WHAT IS EXPECTED
Reproduce the data below word for word.

Items from a dataset

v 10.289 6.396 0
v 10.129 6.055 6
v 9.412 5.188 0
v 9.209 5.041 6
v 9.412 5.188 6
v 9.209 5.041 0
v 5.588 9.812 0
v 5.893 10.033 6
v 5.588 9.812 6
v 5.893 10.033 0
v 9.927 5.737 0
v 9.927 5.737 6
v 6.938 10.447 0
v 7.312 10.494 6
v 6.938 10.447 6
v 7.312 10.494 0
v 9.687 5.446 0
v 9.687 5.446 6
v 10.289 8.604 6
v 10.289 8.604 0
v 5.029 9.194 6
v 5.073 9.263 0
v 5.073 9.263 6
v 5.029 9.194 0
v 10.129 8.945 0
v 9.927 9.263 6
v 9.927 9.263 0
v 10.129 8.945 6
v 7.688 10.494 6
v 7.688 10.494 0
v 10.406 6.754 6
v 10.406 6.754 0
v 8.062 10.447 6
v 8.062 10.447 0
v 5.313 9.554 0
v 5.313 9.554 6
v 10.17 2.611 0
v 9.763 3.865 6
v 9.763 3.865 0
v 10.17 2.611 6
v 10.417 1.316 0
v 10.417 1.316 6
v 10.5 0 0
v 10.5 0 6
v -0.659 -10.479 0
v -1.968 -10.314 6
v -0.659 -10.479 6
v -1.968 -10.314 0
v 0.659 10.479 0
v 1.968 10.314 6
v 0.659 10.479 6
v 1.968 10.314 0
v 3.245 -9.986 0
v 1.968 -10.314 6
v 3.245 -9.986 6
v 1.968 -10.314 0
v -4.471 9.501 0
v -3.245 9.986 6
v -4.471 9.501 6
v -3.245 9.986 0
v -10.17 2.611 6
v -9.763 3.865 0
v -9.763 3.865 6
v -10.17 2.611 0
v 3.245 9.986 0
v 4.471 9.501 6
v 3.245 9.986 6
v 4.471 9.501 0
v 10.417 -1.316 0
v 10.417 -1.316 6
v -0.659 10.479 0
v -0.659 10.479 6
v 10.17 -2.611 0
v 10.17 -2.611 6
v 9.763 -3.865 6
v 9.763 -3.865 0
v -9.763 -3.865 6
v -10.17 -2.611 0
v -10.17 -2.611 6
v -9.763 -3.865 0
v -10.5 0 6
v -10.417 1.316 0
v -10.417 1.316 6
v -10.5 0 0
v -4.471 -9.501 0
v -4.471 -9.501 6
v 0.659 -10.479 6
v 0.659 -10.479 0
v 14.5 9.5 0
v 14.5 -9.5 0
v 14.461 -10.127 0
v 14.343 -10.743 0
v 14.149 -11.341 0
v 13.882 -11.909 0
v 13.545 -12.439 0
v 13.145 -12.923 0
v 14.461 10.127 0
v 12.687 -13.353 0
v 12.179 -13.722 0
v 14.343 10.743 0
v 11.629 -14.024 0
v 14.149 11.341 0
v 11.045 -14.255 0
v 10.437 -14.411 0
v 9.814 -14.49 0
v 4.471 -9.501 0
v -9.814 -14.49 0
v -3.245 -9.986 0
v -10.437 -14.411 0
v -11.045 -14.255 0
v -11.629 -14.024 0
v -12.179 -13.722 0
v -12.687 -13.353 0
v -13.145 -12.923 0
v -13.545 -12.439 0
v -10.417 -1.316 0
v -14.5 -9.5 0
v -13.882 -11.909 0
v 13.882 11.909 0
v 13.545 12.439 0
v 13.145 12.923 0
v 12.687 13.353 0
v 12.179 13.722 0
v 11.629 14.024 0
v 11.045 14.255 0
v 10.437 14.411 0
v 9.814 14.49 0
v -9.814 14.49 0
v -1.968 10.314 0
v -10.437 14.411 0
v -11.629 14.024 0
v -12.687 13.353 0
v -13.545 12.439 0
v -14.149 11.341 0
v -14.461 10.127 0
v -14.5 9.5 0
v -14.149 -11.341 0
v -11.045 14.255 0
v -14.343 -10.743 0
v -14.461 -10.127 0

ANSWER BOX
v 10.289 6.396 0
v 10.129 6.055 6
v 9.412 5.188 0
v 9.209 5.041 6
v 9.412 5.188 6
v 9.209 5.041 0
v 5.588 9.812 0
v 5.893 10.033 6
v 5.588 9.812 6
v 5.893 10.033 0
v 9.927 5.737 0
v 9.927 5.737 6
v 6.938 10.447 0
v 7.312 10.494 6
v 6.938 10.447 6
v 7.312 10.494 0
v 9.687 5.446 0
v 9.687 5.446 6
v 10.289 8.604 6
v 10.289 8.604 0
v 5.029 9.194 6
v 5.073 9.263 0
v 5.073 9.263 6
v 5.029 9.194 0
v 10.129 8.945 0
v 9.927 9.263 6
v 9.927 9.263 0
v 10.129 8.945 6
v 7.688 10.494 6
v 7.688 10.494 0
v 10.406 6.754 6
v 10.406 6.754 0
v 8.062 10.447 6
v 8.062 10.447 0
v 5.313 9.554 0
v 5.313 9.554 6
v 10.17 2.611 0
v 9.763 3.865 6
v 9.763 3.865 0
v 10.17 2.611 6
v 10.417 1.316 0
v 10.417 1.316 6
v 10.5 0 0
v 10.5 0 6
v -0.659 -10.479 0
v -1.968 -10.314 6
v -0.659 -10.479 6
v -1.968 -10.314 0
v 0.659 10.479 0
v 1.968 10.314 6
v 0.659 10.479 6
v 1.968 10.314 0
v 3.245 -9.986 0
v 1.968 -10.314 6
v 3.245 -9.986 6
v 1.968 -10.314 0
v -4.471 9.501 0
v -3.245 9.986 6
v -4.471 9.501 6
v -3.245 9.986 0
v -10.17 2.611 6
v -9.763 3.865 0
v -9.763 3.865 6
v -10.17 2.611 0
v 3.245 9.986 0
v 4.471 9.501 6
v 3.245 9.986 6
v 4.471 9.501 0
v 10.417 -1.316 0
v 10.417 -1.316 6
v -0.659 10.479 0
v -0.659 10.479 6
v 10.17 -2.611 0
v 10.17 -2.611 6
v 9.763 -3.865 6
v 9.763 -3.865 0
v -9.763 -3.865 6
v -10.17 -2.611 0
v -10.17 -2.611 6
v -9.763 -3.865 0
v -10.5 0 6
v -10.417 1.316 0
v -10.417 1.316 6
v -10.5 0 0
v -4.471 -9.501 0
v -4.471 -9.501 6
v 0.659 -10.479 6
v 0.659 -10.479 0
v 14.5 9.5 0
v 14.5 -9.5 0
v 14.461 -10.127 0
v 14.343 -10.743 0
v 14.149 -11.341 0
v 13.882 -11.909 0
v 13.545 -12.439 0
v 13.145 -12.923 0
v 14.461 10.127 0
v 12.687 -13.353 0
v 12.179 -13.722 0
v 14.343 10.743 0
v 11.629 -14.024 0
v 14.149 11.341 0
v 11.045 -14.255 0
v 10.437 -14.411 0
v 9.814 -14.49 0
v 4.471 -9.501 0
v -9.814 -14.49 0
v -3.245 -9.986 0
v -10.437 -14.411 0
v -11.045 -14.255 0
v -11.629 -14.024 0
v -12.179 -13.722 0
v -12.687 -13.353 0
v -13.145 -12.923 0
v -13.545 -12.439 0
v -10.417 -1.316 0
v -14.5 -9.5 0
v -13.882 -11.909 0
v 13.882 11.909 0
v 13.545 12.439 0
v 13.145 12.923 0
v 12.687 13.353 0
v 12.179 13.722 0
v 11.629 14.024 0
v 11.045 14.255 0
v 10.437 14.411 0
v 9.814 14.49 0
v -9.814 14.49 0
v -1.968 10.314 0
v -10.437 14.411 0
v -11.629 14.024 0
v -12.687 13.353 0
v -13.545 12.439 0
v -14.149 11.341 0
v -14.461 10.127 0
v -14.5 9.5 0
v -14.149 -11.341 0
v -11.045 14.255 0
v -14.343 -10.743 0
v -14.461 -10.127 0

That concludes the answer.